Agentic AI transforms how organizations approach complex work—and the shift toward autonomous agency is already well underway. According to Gartner, 60% of brands will use agentic AI to deliver streamlined, one-to-one customer interactions by 2028.

Moving from simple automation to autonomous agency offers several key advantages:

End-to-end task completion

The system takes over the "thinking" required to map out a project. This reduces the cognitive burden on users, who only need to provide high-level goals and constraints rather than identifying every individual step.

Unlocking human innovation

By handling multi-step operational workflows, agentic AI frees up the workforce to focus on critical business problems and high-level innovation rather than routine task orchestration.

Scalable, adaptive problem solving

Unlike static software, agentic AI continuously learns and adapts. This makes problem-solving highly scalable, as the system becomes more efficient the more it interacts with its environment.

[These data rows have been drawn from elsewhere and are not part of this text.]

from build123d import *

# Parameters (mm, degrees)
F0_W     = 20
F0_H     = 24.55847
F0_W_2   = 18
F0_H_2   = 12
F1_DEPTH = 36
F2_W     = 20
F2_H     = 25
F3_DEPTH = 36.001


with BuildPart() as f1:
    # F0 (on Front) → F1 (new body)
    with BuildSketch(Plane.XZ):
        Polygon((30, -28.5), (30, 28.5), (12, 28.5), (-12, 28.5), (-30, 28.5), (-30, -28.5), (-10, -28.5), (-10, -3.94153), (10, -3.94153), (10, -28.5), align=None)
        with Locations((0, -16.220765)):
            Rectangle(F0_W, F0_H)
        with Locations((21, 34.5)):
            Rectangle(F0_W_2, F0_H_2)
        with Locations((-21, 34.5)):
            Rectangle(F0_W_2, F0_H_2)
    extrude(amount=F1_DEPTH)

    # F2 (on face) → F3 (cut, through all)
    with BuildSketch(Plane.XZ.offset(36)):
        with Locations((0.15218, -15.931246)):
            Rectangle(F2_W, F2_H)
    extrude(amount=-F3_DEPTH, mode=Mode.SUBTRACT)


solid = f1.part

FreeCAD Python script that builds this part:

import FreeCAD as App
import Part
import Sketcher
from FreeCAD import Vector


def add_polygon(sketch, points):
    """Adds a closed chain of lines whose ends are joined by coincident constraints."""
    first, n = sketch.GeometryCount, len(points)
    for a, b in zip(points, points[1:] + points[:1]):
        sketch.addGeometry(Part.LineSegment(App.Vector(*a, 0), App.Vector(*b, 0)), False)
    for i in range(n):
        sketch.addConstraint(Sketcher.Constraint("Coincident", first + i, 2, first + (i + 1) % n, 1))

doc = App.newDocument("Part")
params = doc.addObject("Spreadsheet::Sheet", "Params")
for row, (alias, value) in enumerate([
    ("sketch1_width", "18 mm"),
    ("sketch1_width2", "24 mm"),
    ("sketch1_height", "69 mm"),
    ("sketch1_height2", "12 mm"),
    ("pad1_length", "36 mm"),
    ("sketch2_width", "20 mm"),
    ("sketch2_height", "25 mm"),
], start=1):
    params.set(f"A{row}", alias)
    params.set(f"B{row}", "=" + value)
    params.setAlias(f"B{row}", alias)

body = doc.addObject("PartDesign::Body", "Body")

# Sketch on XZ plane
sketch1 = body.newObject("Sketcher::SketchObject", "Sketch")
sketch1.AttachmentSupport = (doc.getObject("XZ_Plane"), [""])
sketch1.MapMode = "FlatFace"
add_polygon(sketch1, [(30, -28), (30, 40), (12, 40), (12, 28), (-12, 28), (-12, 40), (-30, 40), (-30, -28)])  # lines 0-7
sketch1.addConstraint([
    Sketcher.Constraint("Vertical", 0),
    Sketcher.Constraint("Horizontal", 1),
    Sketcher.Constraint("Vertical", 2),
    Sketcher.Constraint("Horizontal", 3),
    Sketcher.Constraint("Vertical", 4),
    Sketcher.Constraint("Horizontal", 5),
    Sketcher.Constraint("Vertical", 6),
    Sketcher.Constraint("Horizontal", 7),
    Sketcher.Constraint("Symmetric", 1, 2, 4, 2, -2),
    Sketcher.Constraint("Equal", 1, 5),
    Sketcher.Constraint("DistanceX", 1, 2, 1, 1, 18.0),
    Sketcher.Constraint("DistanceX", 3, 2, 3, 1, 24.0),
    Sketcher.Constraint("DistanceY", 0, 1, 0, 2, 69.0),
    Sketcher.Constraint("DistanceY", 2, 2, 2, 1, 12.0),
    Sketcher.Constraint("DistanceY", -1, 1, 0, 2, 40.5),
])
sketch1.setExpression("Constraints[18]", "Params.sketch1_width")
sketch1.setExpression("Constraints[19]", "Params.sketch1_width2")
sketch1.setExpression("Constraints[20]", "Params.sketch1_height")
sketch1.setExpression("Constraints[21]", "Params.sketch1_height2")
pad1 = body.newObject("PartDesign::Pad", "Pad")
pad1.Profile = sketch1
pad1.setExpression("Length", "Params.pad1_length")

# Sketch on XZ plane
sketch2 = body.newObject("Sketcher::SketchObject", "Sketch001")
sketch2.AttachmentSupport = (doc.getObject("XZ_Plane"), [""])
sketch2.MapMode = "FlatFace"
sketch2.AttachmentOffset = App.Placement(Vector(0, 0, 36), App.Rotation())
add_polygon(sketch2, [(-10, -3), (-10, -28), (10, -28), (10, -3)])  # lines 0-3
sketch2.addConstraint([
    Sketcher.Constraint("Vertical", 0),
    Sketcher.Constraint("Horizontal", 1),
    Sketcher.Constraint("Vertical", 2),
    Sketcher.Constraint("Horizontal", 3),
    Sketcher.Constraint("DistanceX", 1, 1, 1, 2, 20.0),
    Sketcher.Constraint("DistanceY", 0, 2, 0, 1, 25.0),
    Sketcher.Constraint("DistanceX", 0, 2, -1, 1, 9.84782),
    Sketcher.Constraint("DistanceY", 0, 2, -1, 1, 28.431246),
])
sketch2.setExpression("Constraints[8]", "Params.sketch2_width")
sketch2.setExpression("Constraints[9]", "Params.sketch2_height")
pocket1 = body.newObject("PartDesign::Pocket", "Pocket")
pocket1.Profile = sketch2
pocket1.Type = "ThroughAll"

doc.recompute()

Persistence across long-horizon tasks

Agentic systems can maintain context over long periods, even if a workflow is interrupted. This allows agents to operate "asynchronously"—working in the background to complete complex projects without requiring a human to stay logged in and monitor the progress.

Challenges and limitations of agentic AI

While powerful, agentic AI is still an evolving technology with specific hurdles that organizations must navigate:

  • Reliability and "hallucinations": Because these systems are autonomous, a single error can snowball (known as error propagation) and lead to incorrect results. Addressing this requires specialized safety tools, expert prompting, and robust error-handling mechanisms.
  • High resource intensity: Running agentic workflows requires significant "compute" power and energy. Because these models are often large and perform multiple reasoning steps for a single goal, they can be more expensive to operate than traditional AI.

Managing AI risks: The shift to "human-on-the-loop"

To address these limitations, enterprises are moving toward unified agentic control planes. These systems are designed to monitor and govern the behavior of AI agents in real-time.

This has led to a new oversight model: human-on-the-loop. In this setup, humans no longer need to actively assist the AI in every decisions (that’s known as human-in-the-loop). Instead, they maintain high-level oversight, stepping in only for audits, compliance checks, or to course-correct the system if it deviates from its goal.